ICE-based tools gave designers adequate visibility until four trends converged to change the tools landscape. For one, with increasing integration and the accompanying architectural complexity it enabled, the number of nodes required on the bond-out chip grew to the point where building the chip and connecting it to a system started to become unmanageable.

Also, the number of different chips multiplied as specialized processors emerged, increasing the number of bond-out chips needed. This was an expensive proposition for chip suppliers because any bug had to be fixed in two places, in regular production and for the bond-out chips.

Third, logic added in the ICE to share bond-out chip buses with system logic started to significantly alter chip performance characteristics. As clock rates climbed, gate delays in series with bond-out signals caused timing to exceed production-chip specifications. It wasn’t uncommon for a system to work fine with the chip’s production version, but fail when the engineer inserted the bond-out chip or ICE connection.

Another and very important factor was packaging technology. As pin counts doubled and packaging technologies transitioned from dual-in-line to higher-pin plastic-leaded-chip-carrier (PLCC) and pin-grid-array (PGA) packaging, the emulator target connection became both expensive and unreliable. This combination of timing and packaging issues caused development tools to introduce electrical problems. In addition, bulky physical connections prevented their use in systems with fully populated card racks.

When the ICE solution became ineffective, development tools made their second big leap by placing emulation control logic on production chips. The bond-out chip and traditional emulator pod were replaced with a combination of a production chip and an external emulation controller. Using serial-scan methods and dedicated I/O pins, the controller managed program execution, and read and wrote chip memory and registers. Each production chip could carry the pins and gates needed, due to the reasonable cost of this approach. As a result, complex emulation connections were no longer needed.

When we pioneered this technology in 1988, it was viewed as a bold step. Real-time visibility was traded for production-chip-compatible timing with no interconnection woes. The rest of the industry recognized the advantages of the new approach (some faster than others) and broadly embraced and adopted this technology. Chip vendors were thrilled that the era of bond-out chips had passed. Developers were disappointed that visibility was reduced, but relieved that the development tools were no longer a source of system problems. This on-chip debug logic could run or halt a program with breakpoints or watchpoints, step through code, perform memory reads or writes, handle real-time interrupts, and perform some basic software profiling. Developers controlled these actions with a PC-based debugger that interfaced to the on-chip debug logic through a JTAG port (an industry-standard test access port).

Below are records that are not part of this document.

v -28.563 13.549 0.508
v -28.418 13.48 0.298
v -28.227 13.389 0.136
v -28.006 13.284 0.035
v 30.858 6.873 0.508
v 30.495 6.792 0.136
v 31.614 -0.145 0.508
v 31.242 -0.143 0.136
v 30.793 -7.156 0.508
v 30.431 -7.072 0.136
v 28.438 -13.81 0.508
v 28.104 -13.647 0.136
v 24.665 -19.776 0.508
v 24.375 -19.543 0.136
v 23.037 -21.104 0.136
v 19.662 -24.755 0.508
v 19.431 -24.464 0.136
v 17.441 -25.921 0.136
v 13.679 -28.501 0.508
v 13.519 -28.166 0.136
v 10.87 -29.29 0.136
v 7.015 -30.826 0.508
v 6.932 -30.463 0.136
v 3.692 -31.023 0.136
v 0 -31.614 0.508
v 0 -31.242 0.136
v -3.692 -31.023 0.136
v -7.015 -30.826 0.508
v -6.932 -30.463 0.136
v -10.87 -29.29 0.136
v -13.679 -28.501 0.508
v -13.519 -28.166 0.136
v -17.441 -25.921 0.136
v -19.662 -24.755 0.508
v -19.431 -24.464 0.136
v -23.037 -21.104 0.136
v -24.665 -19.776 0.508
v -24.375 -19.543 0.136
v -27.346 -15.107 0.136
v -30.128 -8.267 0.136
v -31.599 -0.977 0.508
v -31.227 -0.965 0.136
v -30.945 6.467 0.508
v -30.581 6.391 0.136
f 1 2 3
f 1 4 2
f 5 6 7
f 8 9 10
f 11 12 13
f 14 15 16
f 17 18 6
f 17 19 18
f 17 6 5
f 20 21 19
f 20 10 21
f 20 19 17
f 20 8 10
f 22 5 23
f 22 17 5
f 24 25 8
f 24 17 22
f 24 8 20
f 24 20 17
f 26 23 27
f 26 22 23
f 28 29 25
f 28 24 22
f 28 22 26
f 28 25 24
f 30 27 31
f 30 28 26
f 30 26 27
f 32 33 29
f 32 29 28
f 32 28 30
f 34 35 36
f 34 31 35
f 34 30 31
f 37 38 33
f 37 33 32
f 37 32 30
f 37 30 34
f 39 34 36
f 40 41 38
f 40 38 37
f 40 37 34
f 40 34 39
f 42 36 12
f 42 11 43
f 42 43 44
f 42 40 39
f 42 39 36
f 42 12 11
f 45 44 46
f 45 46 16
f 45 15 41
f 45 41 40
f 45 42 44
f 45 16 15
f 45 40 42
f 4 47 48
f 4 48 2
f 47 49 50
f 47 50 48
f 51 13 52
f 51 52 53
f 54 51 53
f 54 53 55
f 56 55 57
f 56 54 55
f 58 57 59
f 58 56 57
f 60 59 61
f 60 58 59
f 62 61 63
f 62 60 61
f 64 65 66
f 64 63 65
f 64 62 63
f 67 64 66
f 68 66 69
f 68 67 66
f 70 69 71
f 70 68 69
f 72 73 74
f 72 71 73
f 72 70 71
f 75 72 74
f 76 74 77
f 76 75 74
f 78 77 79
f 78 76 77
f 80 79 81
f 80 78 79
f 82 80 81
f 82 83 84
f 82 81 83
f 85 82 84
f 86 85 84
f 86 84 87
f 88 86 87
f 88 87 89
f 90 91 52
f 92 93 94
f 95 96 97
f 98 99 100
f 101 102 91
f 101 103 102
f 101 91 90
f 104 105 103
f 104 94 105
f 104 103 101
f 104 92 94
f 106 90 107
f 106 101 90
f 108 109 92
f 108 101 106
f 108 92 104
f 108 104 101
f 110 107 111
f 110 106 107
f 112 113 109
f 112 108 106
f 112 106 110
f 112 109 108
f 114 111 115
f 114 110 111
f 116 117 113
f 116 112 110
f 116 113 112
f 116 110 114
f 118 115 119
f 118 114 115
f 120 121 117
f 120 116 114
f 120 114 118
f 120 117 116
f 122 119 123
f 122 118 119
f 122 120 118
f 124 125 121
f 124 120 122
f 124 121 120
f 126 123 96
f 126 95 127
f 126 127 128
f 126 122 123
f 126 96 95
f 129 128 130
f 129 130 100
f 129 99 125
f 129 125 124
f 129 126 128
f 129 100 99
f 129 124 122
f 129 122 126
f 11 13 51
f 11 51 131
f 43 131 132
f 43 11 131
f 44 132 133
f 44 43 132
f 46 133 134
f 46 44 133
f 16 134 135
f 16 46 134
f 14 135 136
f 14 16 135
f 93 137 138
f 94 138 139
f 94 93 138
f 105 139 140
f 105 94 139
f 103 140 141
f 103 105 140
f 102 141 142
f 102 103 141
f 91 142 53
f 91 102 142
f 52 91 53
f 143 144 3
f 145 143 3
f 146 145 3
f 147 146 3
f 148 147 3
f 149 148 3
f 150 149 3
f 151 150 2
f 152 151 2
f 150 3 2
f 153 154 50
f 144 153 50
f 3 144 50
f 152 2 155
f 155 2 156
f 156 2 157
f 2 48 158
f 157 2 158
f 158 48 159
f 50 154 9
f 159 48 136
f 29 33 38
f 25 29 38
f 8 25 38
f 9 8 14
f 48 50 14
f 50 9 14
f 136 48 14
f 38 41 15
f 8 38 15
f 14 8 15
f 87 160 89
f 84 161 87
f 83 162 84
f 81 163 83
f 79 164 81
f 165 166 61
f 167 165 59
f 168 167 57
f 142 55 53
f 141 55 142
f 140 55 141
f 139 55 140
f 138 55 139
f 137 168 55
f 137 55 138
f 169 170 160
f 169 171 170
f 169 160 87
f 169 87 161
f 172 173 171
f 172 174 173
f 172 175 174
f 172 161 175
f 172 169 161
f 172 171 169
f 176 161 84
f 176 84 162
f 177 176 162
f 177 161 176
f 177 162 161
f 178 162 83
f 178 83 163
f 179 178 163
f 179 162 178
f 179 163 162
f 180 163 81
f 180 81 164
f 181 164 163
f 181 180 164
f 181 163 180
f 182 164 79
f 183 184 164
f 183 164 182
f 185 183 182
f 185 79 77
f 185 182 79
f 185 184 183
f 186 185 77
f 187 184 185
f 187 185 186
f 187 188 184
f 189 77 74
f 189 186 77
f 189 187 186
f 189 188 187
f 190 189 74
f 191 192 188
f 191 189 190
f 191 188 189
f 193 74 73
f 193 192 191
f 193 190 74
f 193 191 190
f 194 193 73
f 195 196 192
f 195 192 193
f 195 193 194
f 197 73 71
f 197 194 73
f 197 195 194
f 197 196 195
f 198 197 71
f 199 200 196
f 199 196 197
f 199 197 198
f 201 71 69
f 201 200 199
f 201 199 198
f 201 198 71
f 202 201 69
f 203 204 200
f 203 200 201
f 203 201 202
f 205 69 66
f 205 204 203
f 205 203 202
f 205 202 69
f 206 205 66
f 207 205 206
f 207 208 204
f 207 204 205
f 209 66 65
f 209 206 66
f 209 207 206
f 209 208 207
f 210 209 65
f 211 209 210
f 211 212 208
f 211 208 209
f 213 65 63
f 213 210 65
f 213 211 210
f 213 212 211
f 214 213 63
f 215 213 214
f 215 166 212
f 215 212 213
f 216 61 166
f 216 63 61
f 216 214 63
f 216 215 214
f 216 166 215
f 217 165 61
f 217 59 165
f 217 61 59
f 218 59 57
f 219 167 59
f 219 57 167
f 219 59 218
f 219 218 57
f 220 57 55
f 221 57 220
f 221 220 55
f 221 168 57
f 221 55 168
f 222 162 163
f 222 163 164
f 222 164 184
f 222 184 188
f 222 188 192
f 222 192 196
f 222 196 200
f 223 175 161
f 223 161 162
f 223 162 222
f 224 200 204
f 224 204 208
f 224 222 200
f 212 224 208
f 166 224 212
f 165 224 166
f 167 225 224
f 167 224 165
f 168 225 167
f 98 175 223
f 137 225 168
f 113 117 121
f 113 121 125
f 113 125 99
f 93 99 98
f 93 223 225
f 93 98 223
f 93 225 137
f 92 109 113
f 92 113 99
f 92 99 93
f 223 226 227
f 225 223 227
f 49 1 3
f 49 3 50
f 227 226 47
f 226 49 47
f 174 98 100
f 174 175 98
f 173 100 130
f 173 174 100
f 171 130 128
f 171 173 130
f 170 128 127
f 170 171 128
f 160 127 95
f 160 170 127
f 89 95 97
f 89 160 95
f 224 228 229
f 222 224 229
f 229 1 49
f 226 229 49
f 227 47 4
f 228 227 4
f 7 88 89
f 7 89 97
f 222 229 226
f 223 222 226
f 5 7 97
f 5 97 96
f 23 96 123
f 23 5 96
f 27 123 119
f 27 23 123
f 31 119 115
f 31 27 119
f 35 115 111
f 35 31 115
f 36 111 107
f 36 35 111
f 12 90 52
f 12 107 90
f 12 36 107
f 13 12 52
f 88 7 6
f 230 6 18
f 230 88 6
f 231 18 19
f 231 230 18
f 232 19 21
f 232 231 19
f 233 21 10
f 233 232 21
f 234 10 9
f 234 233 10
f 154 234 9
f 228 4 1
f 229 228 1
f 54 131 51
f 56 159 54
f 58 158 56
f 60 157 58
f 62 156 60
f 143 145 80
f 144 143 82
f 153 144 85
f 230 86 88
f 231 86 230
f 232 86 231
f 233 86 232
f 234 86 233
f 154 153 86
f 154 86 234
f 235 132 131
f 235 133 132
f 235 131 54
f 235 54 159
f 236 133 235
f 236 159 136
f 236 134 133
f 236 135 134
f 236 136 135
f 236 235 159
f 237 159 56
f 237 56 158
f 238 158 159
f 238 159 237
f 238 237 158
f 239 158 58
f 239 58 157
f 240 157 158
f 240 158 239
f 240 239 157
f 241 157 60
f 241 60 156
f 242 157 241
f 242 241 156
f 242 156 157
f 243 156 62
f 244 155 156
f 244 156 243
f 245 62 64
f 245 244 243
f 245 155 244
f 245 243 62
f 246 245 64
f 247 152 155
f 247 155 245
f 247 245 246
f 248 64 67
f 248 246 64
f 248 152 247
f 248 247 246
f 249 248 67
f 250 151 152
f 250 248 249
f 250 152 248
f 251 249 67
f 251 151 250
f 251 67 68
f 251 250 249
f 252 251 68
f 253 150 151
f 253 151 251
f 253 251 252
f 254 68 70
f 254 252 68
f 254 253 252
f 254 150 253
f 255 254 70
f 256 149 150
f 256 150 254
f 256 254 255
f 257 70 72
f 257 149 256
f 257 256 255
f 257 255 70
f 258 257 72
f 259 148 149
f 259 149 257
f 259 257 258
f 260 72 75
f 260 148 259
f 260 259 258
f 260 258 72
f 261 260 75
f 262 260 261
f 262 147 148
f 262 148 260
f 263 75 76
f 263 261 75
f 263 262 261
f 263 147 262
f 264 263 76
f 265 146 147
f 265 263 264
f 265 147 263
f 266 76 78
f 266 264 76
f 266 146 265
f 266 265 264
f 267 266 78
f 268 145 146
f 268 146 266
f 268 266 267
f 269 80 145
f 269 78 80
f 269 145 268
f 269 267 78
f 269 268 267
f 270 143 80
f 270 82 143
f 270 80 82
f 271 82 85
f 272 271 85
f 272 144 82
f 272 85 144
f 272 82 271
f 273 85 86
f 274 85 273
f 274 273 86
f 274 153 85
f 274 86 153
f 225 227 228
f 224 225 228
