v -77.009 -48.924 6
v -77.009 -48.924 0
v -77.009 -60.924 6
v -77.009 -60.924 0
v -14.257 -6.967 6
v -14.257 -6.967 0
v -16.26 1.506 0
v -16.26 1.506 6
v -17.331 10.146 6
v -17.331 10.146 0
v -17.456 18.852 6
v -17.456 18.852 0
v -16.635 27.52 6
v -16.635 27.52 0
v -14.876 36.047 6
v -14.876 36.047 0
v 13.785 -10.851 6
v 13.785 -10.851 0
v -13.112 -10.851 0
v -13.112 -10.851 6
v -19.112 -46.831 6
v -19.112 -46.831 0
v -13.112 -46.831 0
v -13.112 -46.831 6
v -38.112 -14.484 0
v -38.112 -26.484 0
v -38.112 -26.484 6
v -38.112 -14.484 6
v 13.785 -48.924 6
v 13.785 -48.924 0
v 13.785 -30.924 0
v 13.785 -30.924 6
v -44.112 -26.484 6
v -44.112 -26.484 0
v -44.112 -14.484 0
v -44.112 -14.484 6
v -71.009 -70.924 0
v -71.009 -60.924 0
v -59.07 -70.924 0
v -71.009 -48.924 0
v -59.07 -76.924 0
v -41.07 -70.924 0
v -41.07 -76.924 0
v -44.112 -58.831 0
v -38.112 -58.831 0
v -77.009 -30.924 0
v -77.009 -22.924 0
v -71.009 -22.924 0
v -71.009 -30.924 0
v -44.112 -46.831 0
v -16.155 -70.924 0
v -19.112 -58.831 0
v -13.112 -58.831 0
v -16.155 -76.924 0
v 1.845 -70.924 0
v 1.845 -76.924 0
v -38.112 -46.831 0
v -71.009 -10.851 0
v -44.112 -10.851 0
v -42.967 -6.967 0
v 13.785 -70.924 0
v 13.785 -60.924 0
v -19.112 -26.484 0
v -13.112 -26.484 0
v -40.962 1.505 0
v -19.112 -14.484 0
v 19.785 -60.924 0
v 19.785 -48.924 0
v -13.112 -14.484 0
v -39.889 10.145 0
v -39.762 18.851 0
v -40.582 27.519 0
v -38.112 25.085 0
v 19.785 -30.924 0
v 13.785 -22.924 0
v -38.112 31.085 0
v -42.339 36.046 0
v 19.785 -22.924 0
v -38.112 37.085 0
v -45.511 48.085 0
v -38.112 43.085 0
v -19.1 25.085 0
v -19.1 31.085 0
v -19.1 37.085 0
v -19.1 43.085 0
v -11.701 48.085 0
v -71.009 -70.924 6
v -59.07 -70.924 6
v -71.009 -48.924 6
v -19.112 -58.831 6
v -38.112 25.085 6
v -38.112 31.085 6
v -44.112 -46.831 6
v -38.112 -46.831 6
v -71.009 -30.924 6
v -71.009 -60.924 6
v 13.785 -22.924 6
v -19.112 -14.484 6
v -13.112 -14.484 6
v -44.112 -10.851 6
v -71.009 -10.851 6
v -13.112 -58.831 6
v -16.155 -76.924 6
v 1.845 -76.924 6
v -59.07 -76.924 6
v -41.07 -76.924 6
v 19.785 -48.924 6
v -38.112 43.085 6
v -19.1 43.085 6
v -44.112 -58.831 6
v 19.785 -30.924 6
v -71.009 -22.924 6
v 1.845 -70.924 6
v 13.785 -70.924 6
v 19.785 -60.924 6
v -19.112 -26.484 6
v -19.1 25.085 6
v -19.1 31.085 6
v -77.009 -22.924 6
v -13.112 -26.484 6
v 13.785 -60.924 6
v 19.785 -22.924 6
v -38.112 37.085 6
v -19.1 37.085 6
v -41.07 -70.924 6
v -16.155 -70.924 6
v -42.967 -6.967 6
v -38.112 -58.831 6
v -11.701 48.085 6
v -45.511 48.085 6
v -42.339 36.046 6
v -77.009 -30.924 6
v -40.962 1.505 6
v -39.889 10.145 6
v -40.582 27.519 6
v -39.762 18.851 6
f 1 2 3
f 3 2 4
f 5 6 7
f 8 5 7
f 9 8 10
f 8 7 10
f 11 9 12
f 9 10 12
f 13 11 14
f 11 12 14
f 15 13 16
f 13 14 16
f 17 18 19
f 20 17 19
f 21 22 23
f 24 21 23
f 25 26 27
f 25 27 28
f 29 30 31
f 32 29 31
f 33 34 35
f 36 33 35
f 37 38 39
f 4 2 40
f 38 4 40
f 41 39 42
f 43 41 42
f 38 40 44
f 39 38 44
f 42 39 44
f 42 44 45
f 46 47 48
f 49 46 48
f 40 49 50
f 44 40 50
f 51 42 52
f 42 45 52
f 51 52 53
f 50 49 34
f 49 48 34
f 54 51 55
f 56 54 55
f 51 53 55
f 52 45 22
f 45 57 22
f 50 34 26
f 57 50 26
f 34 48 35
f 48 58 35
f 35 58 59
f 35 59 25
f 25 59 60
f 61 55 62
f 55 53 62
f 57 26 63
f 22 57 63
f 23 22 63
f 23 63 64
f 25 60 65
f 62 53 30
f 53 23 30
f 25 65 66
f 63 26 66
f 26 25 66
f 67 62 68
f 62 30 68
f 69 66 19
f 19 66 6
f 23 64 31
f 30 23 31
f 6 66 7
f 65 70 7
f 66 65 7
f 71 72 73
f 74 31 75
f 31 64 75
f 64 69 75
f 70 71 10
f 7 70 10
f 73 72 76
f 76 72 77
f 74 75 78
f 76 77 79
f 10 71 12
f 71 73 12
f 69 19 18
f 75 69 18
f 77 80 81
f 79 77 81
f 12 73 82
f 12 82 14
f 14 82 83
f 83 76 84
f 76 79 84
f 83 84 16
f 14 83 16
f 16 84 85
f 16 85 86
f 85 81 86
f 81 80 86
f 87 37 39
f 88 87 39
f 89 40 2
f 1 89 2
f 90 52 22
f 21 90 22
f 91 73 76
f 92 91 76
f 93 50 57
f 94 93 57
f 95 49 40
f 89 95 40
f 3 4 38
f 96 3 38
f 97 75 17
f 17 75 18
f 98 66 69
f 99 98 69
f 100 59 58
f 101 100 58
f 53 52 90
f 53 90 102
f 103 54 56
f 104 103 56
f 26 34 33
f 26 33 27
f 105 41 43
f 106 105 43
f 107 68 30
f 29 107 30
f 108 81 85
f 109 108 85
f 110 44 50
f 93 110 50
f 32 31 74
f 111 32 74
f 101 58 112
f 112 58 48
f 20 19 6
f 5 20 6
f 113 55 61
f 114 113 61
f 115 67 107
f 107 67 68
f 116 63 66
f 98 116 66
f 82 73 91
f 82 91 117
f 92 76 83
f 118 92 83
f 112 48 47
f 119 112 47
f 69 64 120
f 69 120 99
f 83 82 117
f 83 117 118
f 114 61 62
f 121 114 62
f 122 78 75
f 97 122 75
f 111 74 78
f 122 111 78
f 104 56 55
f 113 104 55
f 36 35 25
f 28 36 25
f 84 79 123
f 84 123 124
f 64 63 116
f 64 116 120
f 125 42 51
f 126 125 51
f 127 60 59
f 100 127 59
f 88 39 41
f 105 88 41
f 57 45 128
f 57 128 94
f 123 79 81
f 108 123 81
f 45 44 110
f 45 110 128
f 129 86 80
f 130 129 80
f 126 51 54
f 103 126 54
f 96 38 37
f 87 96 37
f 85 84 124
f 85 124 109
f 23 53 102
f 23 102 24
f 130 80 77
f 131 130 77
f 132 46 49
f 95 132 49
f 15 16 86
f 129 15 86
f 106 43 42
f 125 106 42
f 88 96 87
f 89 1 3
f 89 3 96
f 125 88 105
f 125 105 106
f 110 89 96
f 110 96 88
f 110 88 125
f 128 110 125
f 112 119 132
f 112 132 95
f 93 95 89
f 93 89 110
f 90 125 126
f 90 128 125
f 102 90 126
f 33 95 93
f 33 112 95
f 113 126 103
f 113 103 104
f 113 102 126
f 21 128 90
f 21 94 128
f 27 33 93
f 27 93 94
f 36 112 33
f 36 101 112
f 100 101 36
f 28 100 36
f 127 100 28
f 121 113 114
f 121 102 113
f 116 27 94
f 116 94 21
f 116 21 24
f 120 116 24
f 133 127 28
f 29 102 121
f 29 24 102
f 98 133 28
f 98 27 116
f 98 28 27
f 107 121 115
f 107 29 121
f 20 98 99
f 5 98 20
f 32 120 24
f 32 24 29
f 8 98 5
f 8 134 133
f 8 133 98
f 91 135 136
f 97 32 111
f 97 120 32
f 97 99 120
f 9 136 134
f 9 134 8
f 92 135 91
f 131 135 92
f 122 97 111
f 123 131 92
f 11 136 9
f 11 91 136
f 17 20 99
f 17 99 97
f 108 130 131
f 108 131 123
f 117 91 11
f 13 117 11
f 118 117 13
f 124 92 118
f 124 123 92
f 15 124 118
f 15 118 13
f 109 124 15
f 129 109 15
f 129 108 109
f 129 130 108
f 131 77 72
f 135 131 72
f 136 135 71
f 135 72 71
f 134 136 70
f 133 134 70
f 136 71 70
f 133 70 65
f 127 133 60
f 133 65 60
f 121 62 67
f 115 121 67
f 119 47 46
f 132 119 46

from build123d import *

# Parameters (mm, degrees)
SKETCH1_W           = 6
SKETCH1_H           = 12
SKETCH1_W_2         = 19.012644139
SKETCH1_H_2         = 6
BOSS_EXTRUDE1_DEPTH = 6


with BuildPart() as part:
    # Sketch1 → Boss-Extrude1 (new body)
    with BuildSketch(Plane.XY):
        with BuildLine():
            Line((-71.009489367, -30.923530446), (-71.009489367, -48.923530446))
            Line((-71.009489367, -48.923530446), (-77.009489367, -48.923530446))
            Line((-77.009489367, -48.923530446), (-77.009489367, -60.923530446))
            Line((-77.009489367, -60.923530446), (-71.009489367, -60.923530446))
            Line((-71.009489367, -60.923530446), (-71.009489367, -70.923530446))
            Line((-71.009489367, -70.923530446), (-59.069535867, -70.923530446))
            Line((-59.069535867, -70.923530446), (-59.069535867, -76.923530446))
            Line((-59.069535867, -76.923530446), (-41.069535867, -76.923530446))
            Line((-41.069535867, -76.923530446), (-41.069535867, -70.923530446))
            Line((-41.069535867, -70.923530446), (-16.155263667, -70.923530446))
            Line((-16.155263667, -70.923530446), (-16.155263667, -76.923530446))
            Line((-16.155263667, -76.923530446), (1.844736333, -76.923530446))
            Line((1.844736333, -76.923530446), (1.844736333, -70.923530446))
            Line((1.844736333, -70.923530446), (13.784689833, -70.923530446))
            Line((13.784689833, -70.923530446), (13.784689833, -60.923530446))
            Line((13.784689833, -60.923530446), (19.784689833, -60.923530446))
            Line((19.784689833, -60.923530446), (19.784689833, -48.923530446))
            Line((19.784689833, -48.923530446), (13.784689833, -48.923530446))
            Line((13.784689833, -48.923530446), (13.784689833, -30.923530446))
            Line((13.784689833, -30.923530446), (19.784689833, -30.923530446))
            Line((19.784689833, -30.923530446), (19.784689833, -22.923530446))
            Line((19.784689833, -22.923530446), (13.784689833, -22.923530446))
            Line((13.784689833, -22.923530446), (13.784689833, -10.85146976))
            Line((13.784689833, -10.85146976), (-13.112399767, -10.85146976))
            Line((-13.112399767, -10.85146976), (-14.257146074, -6.967198767))
            ThreePointArc((-14.257146074, -6.967198767), (-17.512012302, 14.497312555), (-14.875995677, 36.046577434))
            Line((-14.875995677, 36.046577434), (-11.701450566, 48.085223564))
            Line((-11.701450566, 48.085223564), (-45.510704829, 48.085223564))
            Line((-45.510704829, 48.085223564), (-42.338764303, 36.045890917))
            ThreePointArc((-42.338764303, 36.045890917), (-39.707407485, 14.496217042), (-42.966828756, -6.967441914))
            Line((-42.966828756, -6.967441914), (-44.112399767, -10.85146976))
            Line((-44.112399767, -10.85146976), (-71.009489367, -10.85146976))
            Line((-71.009489367, -10.85146976), (-71.009489367, -22.923530446))
            Line((-71.009489367, -22.923530446), (-77.009489367, -22.923530446))
            Line((-77.009489367, -22.923530446), (-77.009489367, -30.923530446))
            Line((-77.009489367, -30.923530446), (-71.009489367, -30.923530446))
        make_face()
        with Locations((-41.112399767, -52.830649895)):
            Rectangle(SKETCH1_W, SKETCH1_H, mode=Mode.SUBTRACT)
        with Locations((-41.112399767, -20.484459594)):
            Rectangle(SKETCH1_W, SKETCH1_H, mode=Mode.SUBTRACT)
        with Locations((-16.112399767, -20.484459594)):
            Rectangle(SKETCH1_W, SKETCH1_H, mode=Mode.SUBTRACT)
        with Locations((-16.112399767, -52.830649895)):
            Rectangle(SKETCH1_W, SKETCH1_H, mode=Mode.SUBTRACT)
        with Locations((-28.606077697, 40.085223564)):
            Rectangle(SKETCH1_W_2, SKETCH1_H_2, mode=Mode.SUBTRACT)
        with Locations((-28.606077697, 28.085223564)):
            Rectangle(SKETCH1_W_2, SKETCH1_H_2, mode=Mode.SUBTRACT)
    extrude(amount=BOSS_EXTRUDE1_DEPTH)


solid = part.part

Logic analyzers monitored system activity at the chip pins in an attempt to restore some of the visibility lost with this generation of tools.

We’re now reaching the limits of the third-generation tools, so another major leap in debug technology is a must. The complexity of systems on a chip coupled with the risk of a killer bug that takes months to find are forcing a reintroduction of real-time visibility into the software developer’s portfolio. Due to dramatic gains in gate densities and huge improvements in packaging technologies, visibility can again be accommodated on production devices. Hence, integration may turn out to be an ally in the short term.

Chip suppliers recognizing their customers’ problems have risen to the occasion, understanding that third-generation solutions just don’t have the horsepower to nail today’s really tough system problems. Some have abandoned simple third-generation solutions, such as the shallow program-counter discontinuity stacks that were deployed as early as the late 1980s. Instead, these suppliers decided to provide continuous program-counter and timing trace at full processor clock rates—battling the laws of physics along the way. Memory reference trace has generally been tackled at the same time.

MCU suppliers lead the charge on restoring visibility. The visibility-demanding control nature of their applications created a compelling business case to support the need for visibility-enabled tools earlier than in the DSP arena. Certain DSP chip suppliers hotly pursue this visibility capability while others still don’t accept the challenge. DSP chip suppliers’ willingness to deploy these leading-edge visibility technologies will help separate the industry leaders and winners from the followers.